Lighter composite materials, better communications and guidance systems, and software that could enable the vehicles to fly themselves (probably essential if there'll be a lot of them in the air) have all played a part. Above all, battery technology is on the verge of making electrically powered flight feasible. We're still some way from the energy density needed for flights of any length, but short hops aren't completely out of the question.

*But wait-are these literally flying cars?*

Not really. A few, like the Aeromobil and the Terrafugia Transition, are cars you could drive on the highway, but most are more like personal flying vehicles .

*So, um, helicopters?*

Nope. Most have wings that generate lift, like ordinary planes. A few have multiple rotors, like drones. Either way they are, theoretically at least, safer than choppers (see below).

*When can I buy a flying car?*

Sorry, you probably won't be able to. At least for now, you'd need to be a certified pilot (or employ one) to fly it, and besides, where would you park it? They'll mostly be owned by firms such as ride-sharing companies and run on fixed routes.

*Will flying cars be autonomous? *

Ultimately, they probably will be; human pilots are expensive and might not be reliably safe in a really crowded sky. Autonomous flying is an easier technical problem than autonomous driving: obstacles in the sky are few and can be detected with simple radar, whereas a self-driving car needs multiple sensors and heavily trained algorithms to recognize people, other vehicles, traffic signals, lanes, and so on. An automated air traffic management system in constant communication with every flying car could route them to prevent collisions, with human operators on the ground ready to take over by remote control in an emergency. Still, existing laws and public fears mean there'll probably have to be pilots at least for a while, even if only as a backup to an autonomous system.

*Where will flying cars fly? *

Places where demand is high and road traffic is bad-within large cities or from city centers to airports. Rural or intercity travel probably won't make economic sense.

*Where will you catch one? *

At "vertistops" and larger "vertiports" on the tops of buildings, which will bring the building owners some extra revenue. (There'd also be chargers or battery-swapping stations there.) That's how we'll deal with the problem of finding space in crowded cities .

*Won't rides be insanely expensive?*

Again, most of these aren't helicopters but winged aircraft, so all the propellers' energy goes into pushing them forward after takeoff, not keeping them aloft. An electric VTOL vehicle's energy use per mile is theoretically comparable to that of an electric car. Mass production should eventually bring down the prices of the vehicles themselves. The real cost problem might be the pilots (while we still have them, at least).

Still, our panel speculated that a trip of a few miles might cost passengers as little as $40 or $50-a bit more than a ground taxi, but in a congested city you'd get to your destination much more quickly.
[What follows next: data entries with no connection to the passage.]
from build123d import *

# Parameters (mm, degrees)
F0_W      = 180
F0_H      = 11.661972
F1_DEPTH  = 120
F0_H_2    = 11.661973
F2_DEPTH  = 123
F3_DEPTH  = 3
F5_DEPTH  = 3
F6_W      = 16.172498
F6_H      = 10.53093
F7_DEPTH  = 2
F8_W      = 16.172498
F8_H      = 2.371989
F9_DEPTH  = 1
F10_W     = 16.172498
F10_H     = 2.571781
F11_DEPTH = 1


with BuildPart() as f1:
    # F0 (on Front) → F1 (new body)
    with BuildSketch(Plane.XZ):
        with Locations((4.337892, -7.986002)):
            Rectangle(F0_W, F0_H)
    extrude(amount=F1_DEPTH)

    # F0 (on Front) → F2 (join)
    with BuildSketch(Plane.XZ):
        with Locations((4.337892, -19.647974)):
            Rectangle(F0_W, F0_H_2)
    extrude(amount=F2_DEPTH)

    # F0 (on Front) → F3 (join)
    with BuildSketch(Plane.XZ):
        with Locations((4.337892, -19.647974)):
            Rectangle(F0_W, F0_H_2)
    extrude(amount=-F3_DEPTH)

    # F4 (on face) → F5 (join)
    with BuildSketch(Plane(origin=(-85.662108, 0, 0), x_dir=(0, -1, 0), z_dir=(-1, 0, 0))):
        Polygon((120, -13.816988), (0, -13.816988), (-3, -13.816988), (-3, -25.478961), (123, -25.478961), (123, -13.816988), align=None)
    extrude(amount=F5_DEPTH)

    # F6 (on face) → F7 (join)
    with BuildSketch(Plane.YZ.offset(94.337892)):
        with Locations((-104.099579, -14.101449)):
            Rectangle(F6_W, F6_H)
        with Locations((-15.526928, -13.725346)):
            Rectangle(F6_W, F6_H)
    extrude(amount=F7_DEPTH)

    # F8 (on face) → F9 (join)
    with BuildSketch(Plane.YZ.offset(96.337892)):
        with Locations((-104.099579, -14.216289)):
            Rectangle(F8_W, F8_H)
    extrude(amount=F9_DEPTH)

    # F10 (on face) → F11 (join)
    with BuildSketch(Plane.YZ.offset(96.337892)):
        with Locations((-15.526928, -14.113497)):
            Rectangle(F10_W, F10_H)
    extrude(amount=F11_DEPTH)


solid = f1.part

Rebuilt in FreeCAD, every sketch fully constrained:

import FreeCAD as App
import Part
import Sketcher
from FreeCAD import Vector


def add_polygon(sketch, points):
    """Adds a closed chain of lines whose ends are joined by coincident constraints."""
    first, n = sketch.GeometryCount, len(points)
    for a, b in zip(points, points[1:] + points[:1]):
        sketch.addGeometry(Part.LineSegment(App.Vector(*a, 0), App.Vector(*b, 0)), False)
    for i in range(n):
        sketch.addConstraint(Sketcher.Constraint("Coincident", first + i, 2, first + (i + 1) % n, 1))

doc = App.newDocument("Part")
body = doc.addObject("PartDesign::Body", "Body")

sketch1 = body.newObject("Sketcher::SketchObject", "Sketch")
sketch1.AttachmentSupport = (doc.getObject("XZ_Plane"), [""])
sketch1.MapMode = "FlatFace"
add_polygon(sketch1, [(-85.662108, -2.155016), (-85.662108, -13.816988), (94.337892, -13.816988), (94.337892, -2.155016)])
sketch1.addConstraint([
    Sketcher.Constraint("Vertical", 0),
    Sketcher.Constraint("Horizontal", 1),
    Sketcher.Constraint("Vertical", 2),
    Sketcher.Constraint("Horizontal", 3),
    Sketcher.Constraint("DistanceX", 1, 1, 1, 2, 180.0),
    Sketcher.Constraint("DistanceY", 0, 2, 0, 1, 11.661972),
    Sketcher.Constraint("DistanceX", 0, 2, -1, 1, 85.662108),
    Sketcher.Constraint("DistanceY", 0, 2, -1, 1, 13.816988),
])
pad1 = body.newObject("PartDesign::Pad", "Pad")
pad1.Profile = sketch1
pad1.Length = 120

sketch2 = body.newObject("Sketcher::SketchObject", "Sketch001")
sketch2.AttachmentSupport = (doc.getObject("XZ_Plane"), [""])
sketch2.MapMode = "FlatFace"
add_polygon(sketch2, [(-85.662108, -13.816987), (-85.662108, -25.47896), (94.337892, -25.47896), (94.337892, -13.816987)])
sketch2.addConstraint([
    Sketcher.Constraint("Vertical", 0),
    Sketcher.Constraint("Horizontal", 1),
    Sketcher.Constraint("Vertical", 2),
    Sketcher.Constraint("Horizontal", 3),
    Sketcher.Constraint("DistanceX", 1, 1, 1, 2, 180.0),
    Sketcher.Constraint("DistanceY", 0, 2, 0, 1, 11.661973),
    Sketcher.Constraint("DistanceX", 0, 2, -1, 1, 85.662108),
    Sketcher.Constraint("DistanceY", 0, 2, -1, 1, 25.47896),
])
pad2 = body.newObject("PartDesign::Pad", "Pad001")
pad2.Profile = sketch2
pad2.Length = 123

sketch3 = body.newObject("Sketcher::SketchObject", "Sketch002")
sketch3.AttachmentSupport = (doc.getObject("XZ_Plane"), [""])
sketch3.MapMode = "FlatFace"
add_polygon(sketch3, [(-85.662108, -13.816987), (-85.662108, -25.47896), (94.337892, -25.47896), (94.337892, -13.816987)])
sketch3.addConstraint([
    Sketcher.Constraint("Vertical", 0),
    Sketcher.Constraint("Horizontal", 1),
    Sketcher.Constraint("Vertical", 2),
    Sketcher.Constraint("Horizontal", 3),
    Sketcher.Constraint("DistanceX", 1, 1, 1, 2, 180.0),
    Sketcher.Constraint("DistanceY", 0, 2, 0, 1, 11.661973),
    Sketcher.Constraint("DistanceX", 0, 2, -1, 1, 85.662108),
    Sketcher.Constraint("DistanceY", 0, 2, -1, 1, 25.47896),
])
pad3 = body.newObject("PartDesign::Pad", "Pad002")
pad3.Profile = sketch3
pad3.Length = 3
pad3.Reversed = True

sketch4 = body.newObject("Sketcher::SketchObject", "Sketch003")
sketch4.AttachmentSupport = (doc.getObject("YZ_Plane"), [""])
sketch4.MapMode = "FlatFace"
sketch4.AttachmentOffset = App.Placement(Vector(0, 0, -85.662108), App.Rotation())
add_polygon(sketch4, [(3, -13.816988), (3, -25.478961), (-123, -25.478961), (-123, -13.816988)])
sketch4.addConstraint([
    Sketcher.Constraint("Vertical", 0),
    Sketcher.Constraint("Horizontal", 1),
    Sketcher.Constraint("Vertical", 2),
    Sketcher.Constraint("Horizontal", 3),
    Sketcher.Constraint("DistanceX", 1, 2, 1, 1, 126.0),
    Sketcher.Constraint("DistanceX", -1, 1, 0, 2, 3.0),
    Sketcher.Constraint("DistanceY", 0, 2, 0, 1, 11.661973),
    Sketcher.Constraint("DistanceY", 0, 2, -1, 1, 25.478961),
])
pad4 = body.newObject("PartDesign::Pad", "Pad003")
pad4.Profile = sketch4
pad4.Length = 3
pad4.Reversed = True

sketch5 = body.newObject("Sketcher::SketchObject", "Sketch004")
sketch5.AttachmentSupport = (doc.getObject("YZ_Plane"), [""])
sketch5.MapMode = "FlatFace"
sketch5.AttachmentOffset = App.Placement(Vector(0, 0, 94.337892), App.Rotation())
add_polygon(sketch5, [(-112.185828, -8.835984), (-112.185828, -19.366914), (-96.01333, -19.366914), (-96.01333, -8.835984)])
add_polygon(sketch5, [(-23.613177, -8.459881), (-23.613177, -18.990811), (-7.440679, -18.990811), (-7.440679, -8.459881)])
sketch5.addConstraint([
    Sketcher.Constraint("Vertical", 0),
    Sketcher.Constraint("Horizontal", 1),
    Sketcher.Constraint("Vertical", 2),
    Sketcher.Constraint("Horizontal", 3),
    Sketcher.Constraint("Vertical", 4),
    Sketcher.Constraint("Horizontal", 5),
    Sketcher.Constraint("Vertical", 6),
    Sketcher.Constraint("Horizontal", 7),
    Sketcher.Constraint("Equal", 3, 5),
    Sketcher.Constraint("Equal", 2, 4),
    Sketcher.Constraint("DistanceX", 1, 1, 1, 2, 16.172498),
    Sketcher.Constraint("DistanceY", 0, 2, 0, 1, 10.53093),
    Sketcher.Constraint("DistanceX", 0, 2, -1, 1, 112.185828),
    Sketcher.Constraint("DistanceY", 4, 2, -1, 1, 18.990811),
    Sketcher.Constraint("DistanceX", 5, 2, -1, 1, 7.440679),
    Sketcher.Constraint("DistanceY", 0, 2, -1, 1, 19.366914),
])
pad5 = body.newObject("PartDesign::Pad", "Pad004")
pad5.Profile = sketch5
pad5.Length = 2

sketch6 = body.newObject("Sketcher::SketchObject", "Sketch005")
sketch6.AttachmentSupport = (doc.getObject("YZ_Plane"), [""])
sketch6.MapMode = "FlatFace"
sketch6.AttachmentOffset = App.Placement(Vector(0, 0, 96.337892), App.Rotation())
add_polygon(sketch6, [(-112.185828, -13.030295), (-112.185828, -15.402283), (-96.01333, -15.402283), (-96.01333, -13.030295)])
sketch6.addConstraint([
    Sketcher.Constraint("Vertical", 0),
    Sketcher.Constraint("Horizontal", 1),
    Sketcher.Constraint("Vertical", 2),
    Sketcher.Constraint("Horizontal", 3),
    Sketcher.Constraint("DistanceX", 1, 1, 1, 2, 16.172498),
    Sketcher.Constraint("DistanceY", 0, 2, 0, 1, 2.371989),
    Sketcher.Constraint("DistanceX", 0, 2, -1, 1, 112.185828),
    Sketcher.Constraint("DistanceY", 0, 2, -1, 1, 15.402283),
])
pad6 = body.newObject("PartDesign::Pad", "Pad005")
pad6.Profile = sketch6
pad6.Length = 1

sketch7 = body.newObject("Sketcher::SketchObject", "Sketch006")
sketch7.AttachmentSupport = (doc.getObject("YZ_Plane"), [""])
sketch7.MapMode = "FlatFace"
sketch7.AttachmentOffset = App.Placement(Vector(0, 0, 96.337892), App.Rotation())
add_polygon(sketch7, [(-23.613177, -12.827606), (-23.613177, -15.399387), (-7.440679, -15.399387), (-7.440679, -12.827606)])
sketch7.addConstraint([
    Sketcher.Constraint("Vertical", 0),
    Sketcher.Constraint("Horizontal", 1),
    Sketcher.Constraint("Vertical", 2),
    Sketcher.Constraint("Horizontal", 3),
    Sketcher.Constraint("DistanceX", 1, 1, 1, 2, 16.172498),
    Sketcher.Constraint("DistanceY", 0, 2, 0, 1, 2.571781),
    Sketcher.Constraint("DistanceX", 1, 2, -1, 1, 7.440679),
    Sketcher.Constraint("DistanceY", 0, 2, -1, 1, 15.399387),
])
pad7 = body.newObject("PartDesign::Pad", "Pad006")
pad7.Profile = sketch7
pad7.Length = 1

doc.recompute()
In a 2016 white paper, Uber had some sunny projections (pdf, p. 1 and p. 95) showing that for certain routes at least, it will actually be much cheaper, as well as several times faster, to take a flying car than a wheeled one.

*Is it safe to have hundreds of flying cars buzzing above packed urban centers? *

To make vertical takeoff possible, these vehicles need multiple engines that can produce far more power that what's required for steady flight. That means that if one or two of them fail, the vehicle can still fly or glide to safety. New air traffic management systems will probably rely more on algorithms than humans to manage the routing-another reason why it's better if the aircraft flyautonomously .

*Okay, but what about a terrorist taking over a flying taxi and crashing it into a building? *

As on planes, you could separate the pilot's cabin from the passenger cabin to make a hijack harder. Failing that, maybe there'd be a system for letting ground controllers take over remotely, locking out the pilot, if the craft deviates from its planned route. In any case, one of these small craft probably can't do enough damage to make it an attractive target for terrorists.

*And how about hackers taking control? *

That's a more credible threat. Good cybersecurity is going to be essential.

*Won't flying cars be noisy?*

Again-they're not helicopters , so they don't have huge blades to disturb the air. Also, the engines will be electric.

*Countries are already going crazy trying to regulate drones; how will they regulate flying cars? *

These are pretty different problems. Since drones are cheap and anybody can buy one, regulators must stop people from doing malicious or stupid things with them. VTOLs and their pilots, on the other hand, could be certified for safety much like regular aircraft, so existing regulations might not need to be modified much. A bigger question will be whether individual cities decide to allow them in their airspace.

*So how long before flying taxis are a common sight in major cities?*

Estimates on the panel ranged from "two to five years (but more likely five)" to "10 years."

Is that plausible? Assuming a big leap in battery capacity, the biggest hurdle is likely to be regulatory. If flying cars are licensed and flown under the same rules as other aircraft, they could start to appear in a few places pretty soon, but managing large numbers of them will require a whole new approach to air traffic management. That, as a somewhat less boosterish panel of experts warned last year, is going to be a struggle.

_Correction: an earlier version of this story incorrectly gave the year of the first manned flight of the Opener BlackFly as 2017._
Cities, Battery Technology
Author

Gideon Lichfield


----------



## tohunt4me (Nov 23, 2015)

DO YOU REALLY WANT FLYING CARS WIDELY AVAILABLE ?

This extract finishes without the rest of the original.